> **What the exercise asks**
Every single entry needs to appear again exactly as given.

> **Given data**

────────────────────

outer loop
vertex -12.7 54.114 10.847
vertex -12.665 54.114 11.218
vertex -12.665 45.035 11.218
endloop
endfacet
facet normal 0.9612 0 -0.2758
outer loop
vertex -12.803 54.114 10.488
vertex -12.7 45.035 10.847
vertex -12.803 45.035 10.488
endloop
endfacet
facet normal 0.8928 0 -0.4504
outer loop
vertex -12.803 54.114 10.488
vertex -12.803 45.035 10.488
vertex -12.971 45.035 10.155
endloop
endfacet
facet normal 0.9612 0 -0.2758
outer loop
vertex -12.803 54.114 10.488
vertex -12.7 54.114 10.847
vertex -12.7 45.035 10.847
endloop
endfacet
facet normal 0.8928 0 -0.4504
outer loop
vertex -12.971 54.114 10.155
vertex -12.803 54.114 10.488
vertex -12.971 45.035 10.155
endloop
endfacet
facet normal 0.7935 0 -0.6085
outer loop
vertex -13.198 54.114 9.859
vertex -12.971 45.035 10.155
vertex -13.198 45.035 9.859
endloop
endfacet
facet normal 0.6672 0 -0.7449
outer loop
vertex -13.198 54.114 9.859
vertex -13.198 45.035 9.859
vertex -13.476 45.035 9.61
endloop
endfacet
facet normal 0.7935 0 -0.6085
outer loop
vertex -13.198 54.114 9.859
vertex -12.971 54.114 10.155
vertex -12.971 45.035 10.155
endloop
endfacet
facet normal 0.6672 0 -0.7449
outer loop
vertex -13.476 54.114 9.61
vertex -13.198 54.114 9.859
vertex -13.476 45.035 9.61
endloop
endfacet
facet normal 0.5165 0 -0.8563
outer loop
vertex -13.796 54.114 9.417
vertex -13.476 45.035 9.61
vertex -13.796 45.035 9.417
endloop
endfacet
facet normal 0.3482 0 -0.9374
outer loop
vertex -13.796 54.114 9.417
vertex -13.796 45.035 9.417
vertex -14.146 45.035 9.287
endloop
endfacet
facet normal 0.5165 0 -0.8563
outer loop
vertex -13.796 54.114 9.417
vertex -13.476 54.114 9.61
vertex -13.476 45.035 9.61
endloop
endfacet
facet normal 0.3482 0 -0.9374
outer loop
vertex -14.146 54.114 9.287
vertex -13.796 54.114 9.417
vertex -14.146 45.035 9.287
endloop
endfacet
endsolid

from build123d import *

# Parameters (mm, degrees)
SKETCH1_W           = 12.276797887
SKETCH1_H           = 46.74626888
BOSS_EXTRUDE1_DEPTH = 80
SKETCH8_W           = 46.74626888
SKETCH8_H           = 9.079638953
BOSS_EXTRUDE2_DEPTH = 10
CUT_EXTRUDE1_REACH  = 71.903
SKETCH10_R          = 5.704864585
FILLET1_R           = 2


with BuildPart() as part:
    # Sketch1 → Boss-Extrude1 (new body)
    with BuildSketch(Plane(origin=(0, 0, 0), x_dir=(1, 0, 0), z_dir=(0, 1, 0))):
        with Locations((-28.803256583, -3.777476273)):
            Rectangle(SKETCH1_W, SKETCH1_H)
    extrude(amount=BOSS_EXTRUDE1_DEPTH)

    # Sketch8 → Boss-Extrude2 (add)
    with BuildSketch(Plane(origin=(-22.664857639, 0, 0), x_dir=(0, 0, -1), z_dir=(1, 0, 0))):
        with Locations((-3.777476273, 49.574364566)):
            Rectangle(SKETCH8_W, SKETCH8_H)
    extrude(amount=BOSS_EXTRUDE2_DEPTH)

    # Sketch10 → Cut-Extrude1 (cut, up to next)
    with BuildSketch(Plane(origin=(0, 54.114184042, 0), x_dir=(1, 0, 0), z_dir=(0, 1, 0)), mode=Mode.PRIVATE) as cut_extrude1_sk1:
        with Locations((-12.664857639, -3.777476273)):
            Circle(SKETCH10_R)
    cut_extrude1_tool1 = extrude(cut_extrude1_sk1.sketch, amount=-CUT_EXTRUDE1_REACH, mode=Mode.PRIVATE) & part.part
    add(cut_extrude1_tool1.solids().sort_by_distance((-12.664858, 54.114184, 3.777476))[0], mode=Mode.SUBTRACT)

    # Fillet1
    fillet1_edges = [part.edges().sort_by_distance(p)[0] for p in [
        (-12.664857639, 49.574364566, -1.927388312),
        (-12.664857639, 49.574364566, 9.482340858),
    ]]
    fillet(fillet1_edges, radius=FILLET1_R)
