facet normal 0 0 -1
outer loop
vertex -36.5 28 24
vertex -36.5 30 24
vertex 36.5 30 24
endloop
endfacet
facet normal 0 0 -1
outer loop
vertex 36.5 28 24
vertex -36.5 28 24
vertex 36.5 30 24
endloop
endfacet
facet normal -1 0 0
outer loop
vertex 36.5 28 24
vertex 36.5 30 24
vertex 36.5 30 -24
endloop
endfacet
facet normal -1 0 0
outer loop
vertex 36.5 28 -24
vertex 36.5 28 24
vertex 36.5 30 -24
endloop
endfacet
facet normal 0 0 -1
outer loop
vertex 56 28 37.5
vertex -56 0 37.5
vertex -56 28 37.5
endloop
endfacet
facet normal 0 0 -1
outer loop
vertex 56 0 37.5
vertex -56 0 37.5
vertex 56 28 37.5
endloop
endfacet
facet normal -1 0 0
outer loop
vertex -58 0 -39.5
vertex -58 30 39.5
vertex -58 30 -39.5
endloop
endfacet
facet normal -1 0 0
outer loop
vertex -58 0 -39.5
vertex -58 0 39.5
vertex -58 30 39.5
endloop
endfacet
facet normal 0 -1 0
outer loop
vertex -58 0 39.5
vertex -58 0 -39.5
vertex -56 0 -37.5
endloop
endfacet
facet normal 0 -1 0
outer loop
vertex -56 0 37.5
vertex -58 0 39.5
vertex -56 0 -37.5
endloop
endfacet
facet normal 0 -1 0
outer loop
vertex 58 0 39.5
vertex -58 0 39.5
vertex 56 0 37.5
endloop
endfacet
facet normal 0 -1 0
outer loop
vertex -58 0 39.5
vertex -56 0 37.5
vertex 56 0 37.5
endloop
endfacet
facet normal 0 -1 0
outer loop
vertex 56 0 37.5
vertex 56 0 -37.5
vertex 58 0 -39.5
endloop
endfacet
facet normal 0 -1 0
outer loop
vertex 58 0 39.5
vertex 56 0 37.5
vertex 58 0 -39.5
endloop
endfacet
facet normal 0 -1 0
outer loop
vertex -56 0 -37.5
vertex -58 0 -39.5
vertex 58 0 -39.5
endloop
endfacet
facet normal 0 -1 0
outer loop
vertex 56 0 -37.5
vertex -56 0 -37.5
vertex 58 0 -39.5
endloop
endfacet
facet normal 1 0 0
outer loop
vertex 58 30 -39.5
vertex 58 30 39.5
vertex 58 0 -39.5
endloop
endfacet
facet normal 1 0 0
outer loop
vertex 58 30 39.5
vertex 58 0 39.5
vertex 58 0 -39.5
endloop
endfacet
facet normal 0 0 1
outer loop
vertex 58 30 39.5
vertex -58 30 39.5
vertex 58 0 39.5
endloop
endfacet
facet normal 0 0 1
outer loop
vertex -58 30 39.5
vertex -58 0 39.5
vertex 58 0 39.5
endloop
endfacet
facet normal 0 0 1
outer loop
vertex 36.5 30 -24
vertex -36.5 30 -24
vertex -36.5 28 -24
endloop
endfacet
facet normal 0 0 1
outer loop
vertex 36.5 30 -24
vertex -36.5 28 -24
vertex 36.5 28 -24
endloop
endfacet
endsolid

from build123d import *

────────────────────

> **Answer for the task**
outer loop
vertex -12.7 54.114 10.847
vertex -12.665 54.114 11.218
vertex -12.665 45.035 11.218
endloop
endfacet
facet normal 0.9612 0 -0.2758
outer loop
vertex -12.803 54.114 10.488
vertex -12.7 45.035 10.847
vertex -12.803 45.035 10.488
endloop
endfacet
facet normal 0.8928 0 -0.4504
outer loop
vertex -12.803 54.114 10.488
vertex -12.803 45.035 10.488
vertex -12.971 45.035 10.155
endloop
endfacet
facet normal 0.9612 0 -0.2758
outer loop
vertex -12.803 54.114 10.488
vertex -12.7 54.114 10.847
vertex -12.7 45.035 10.847
endloop
endfacet
facet normal 0.8928 0 -0.4504
outer loop
vertex -12.971 54.114 10.155
vertex -12.803 54.114 10.488
vertex -12.971 45.035 10.155
endloop
endfacet
facet normal 0.7935 0 -0.6085
outer loop
vertex -13.198 54.114 9.859
vertex -12.971 45.035 10.155
vertex -13.198 45.035 9.859
endloop
endfacet
facet normal 0.6672 0 -0.7449
outer loop
vertex -13.198 54.114 9.859
vertex -13.198 45.035 9.859
vertex -13.476 45.035 9.61
endloop
endfacet
facet normal 0.7935 0 -0.6085
outer loop
vertex -13.198 54.114 9.859
vertex -12.971 54.114 10.155
vertex -12.971 45.035 10.155
endloop
endfacet
facet normal 0.6672 0 -0.7449
outer loop
vertex -13.476 54.114 9.61
vertex -13.198 54.114 9.859
vertex -13.476 45.035 9.61
endloop
endfacet
facet normal 0.5165 0 -0.8563
outer loop
vertex -13.796 54.114 9.417
vertex -13.476 45.035 9.61
vertex -13.796 45.035 9.417
endloop
endfacet
facet normal 0.3482 0 -0.9374
outer loop
vertex -13.796 54.114 9.417
vertex -13.796 45.035 9.417
vertex -14.146 45.035 9.287
endloop
endfacet
facet normal 0.5165 0 -0.8563
outer loop
vertex -13.796 54.114 9.417
vertex -13.476 54.114 9.61
vertex -13.476 45.035 9.61
endloop
endfacet
facet normal 0.3482 0 -0.9374
outer loop
vertex -14.146 54.114 9.287
vertex -13.796 54.114 9.417
vertex -14.146 45.035 9.287
endloop
endfacet
endsolid

from build123d import *

# Parameters (mm, degrees)
SKETCH1_W           = 12.276797887
SKETCH1_H           = 46.74626888
BOSS_EXTRUDE1_DEPTH = 80
SKETCH8_W           = 46.74626888
SKETCH8_H           = 9.079638953
BOSS_EXTRUDE2_DEPTH = 10
CUT_EXTRUDE1_REACH  = 71.903
SKETCH10_R          = 5.704864585
FILLET1_R           = 2


with BuildPart() as part:
    # Sketch1 → Boss-Extrude1 (new body)
    with BuildSketch(Plane(origin=(0, 0, 0), x_dir=(1, 0, 0), z_dir=(0, 1, 0))):
        with Locations((-28.803256583, -3.777476273)):
            Rectangle(SKETCH1_W, SKETCH1_H)
    extrude(amount=BOSS_EXTRUDE1_DEPTH)

    # Sketch8 → Boss-Extrude2 (add)
    with BuildSketch(Plane(origin=(-22.664857639, 0, 0), x_dir=(0, 0, -1), z_dir=(1, 0, 0))):
        with Locations((-3.777476273, 49.574364566)):
            Rectangle(SKETCH8_W, SKETCH8_H)
    extrude(amount=BOSS_EXTRUDE2_DEPTH)

    # Sketch10 → Cut-Extrude1 (cut, up to next)
    with BuildSketch(Plane(origin=(0, 54.114184042, 0), x_dir=(1, 0, 0), z_dir=(0, 1, 0)), mode=Mode.PRIVATE) as cut_extrude1_sk1:
        with Locations((-12.664857639, -3.777476273)):
            Circle(SKETCH10_R)
    cut_extrude1_tool1 = extrude(cut_extrude1_sk1.sketch, amount=-CUT_EXTRUDE1_REACH, mode=Mode.PRIVATE) & part.part
    add(cut_extrude1_tool1.solids().sort_by_distance((-12.664858, 54.114184, 3.777476))[0], mode=Mode.SUBTRACT)

    # Fillet1
    fillet1_edges = [part.edges().sort_by_distance(p)[0] for p in [
        (-12.664857639, 49.574364566, -1.927388312),
        (-12.664857639, 49.574364566, 9.482340858),
    ]]
    fillet(fillet1_edges, radius=FILLET1_R)
facet normal 0 0 -1
outer loop
vertex -36.5 28 24
vertex -36.5 30 24
vertex 36.5 30 24
endloop
endfacet
facet normal 0 0 -1
outer loop
vertex 36.5 28 24
vertex -36.5 28 24
vertex 36.5 30 24
endloop
endfacet
facet normal -1 0 0
outer loop
vertex 36.5 28 24
vertex 36.5 30 24
vertex 36.5 30 -24
endloop
endfacet
facet normal -1 0 0
outer loop
vertex 36.5 28 -24
vertex 36.5 28 24
vertex 36.5 30 -24
endloop
endfacet
facet normal 0 0 -1
outer loop
vertex 56 28 37.5
vertex -56 0 37.5
vertex -56 28 37.5
endloop
endfacet
facet normal 0 0 -1
outer loop
vertex 56 0 37.5
vertex -56 0 37.5
vertex 56 28 37.5
endloop
endfacet
facet normal -1 0 0
outer loop
vertex -58 0 -39.5
vertex -58 30 39.5
vertex -58 30 -39.5
endloop
endfacet
facet normal -1 0 0
outer loop
vertex -58 0 -39.5
vertex -58 0 39.5
vertex -58 30 39.5
endloop
endfacet
facet normal 0 -1 0
outer loop
vertex -58 0 39.5
vertex -58 0 -39.5
vertex -56 0 -37.5
endloop
endfacet
facet normal 0 -1 0
outer loop
vertex -56 0 37.5
vertex -58 0 39.5
vertex -56 0 -37.5
endloop
endfacet
facet normal 0 -1 0
outer loop
vertex 58 0 39.5
vertex -58 0 39.5
vertex 56 0 37.5
endloop
endfacet
facet normal 0 -1 0
outer loop
vertex -58 0 39.5
vertex -56 0 37.5
vertex 56 0 37.5
endloop
endfacet
facet normal 0 -1 0
outer loop
vertex 56 0 37.5
vertex 56 0 -37.5
vertex 58 0 -39.5
endloop
endfacet
facet normal 0 -1 0
outer loop
vertex 58 0 39.5
vertex 56 0 37.5
vertex 58 0 -39.5
endloop
endfacet
facet normal 0 -1 0
outer loop
vertex -56 0 -37.5
vertex -58 0 -39.5
vertex 58 0 -39.5
endloop
endfacet
facet normal 0 -1 0
outer loop
vertex 56 0 -37.5
vertex -56 0 -37.5
vertex 58 0 -39.5
endloop
endfacet
facet normal 1 0 0
outer loop
vertex 58 30 -39.5
vertex 58 30 39.5
vertex 58 0 -39.5
endloop
endfacet
facet normal 1 0 0
outer loop
vertex 58 30 39.5
vertex 58 0 39.5
vertex 58 0 -39.5
endloop
endfacet
facet normal 0 0 1
outer loop
vertex 58 30 39.5
vertex -58 30 39.5
vertex 58 0 39.5
endloop
endfacet
facet normal 0 0 1
outer loop
vertex -58 30 39.5
vertex -58 0 39.5
vertex 58 0 39.5
endloop
endfacet
facet normal 0 0 1
outer loop
vertex 36.5 30 -24
vertex -36.5 30 -24
vertex -36.5 28 -24
endloop
endfacet
facet normal 0 0 1
outer loop
vertex 36.5 30 -24
vertex -36.5 28 -24
vertex 36.5 28 -24
endloop
endfacet
endsolid

from build123d import *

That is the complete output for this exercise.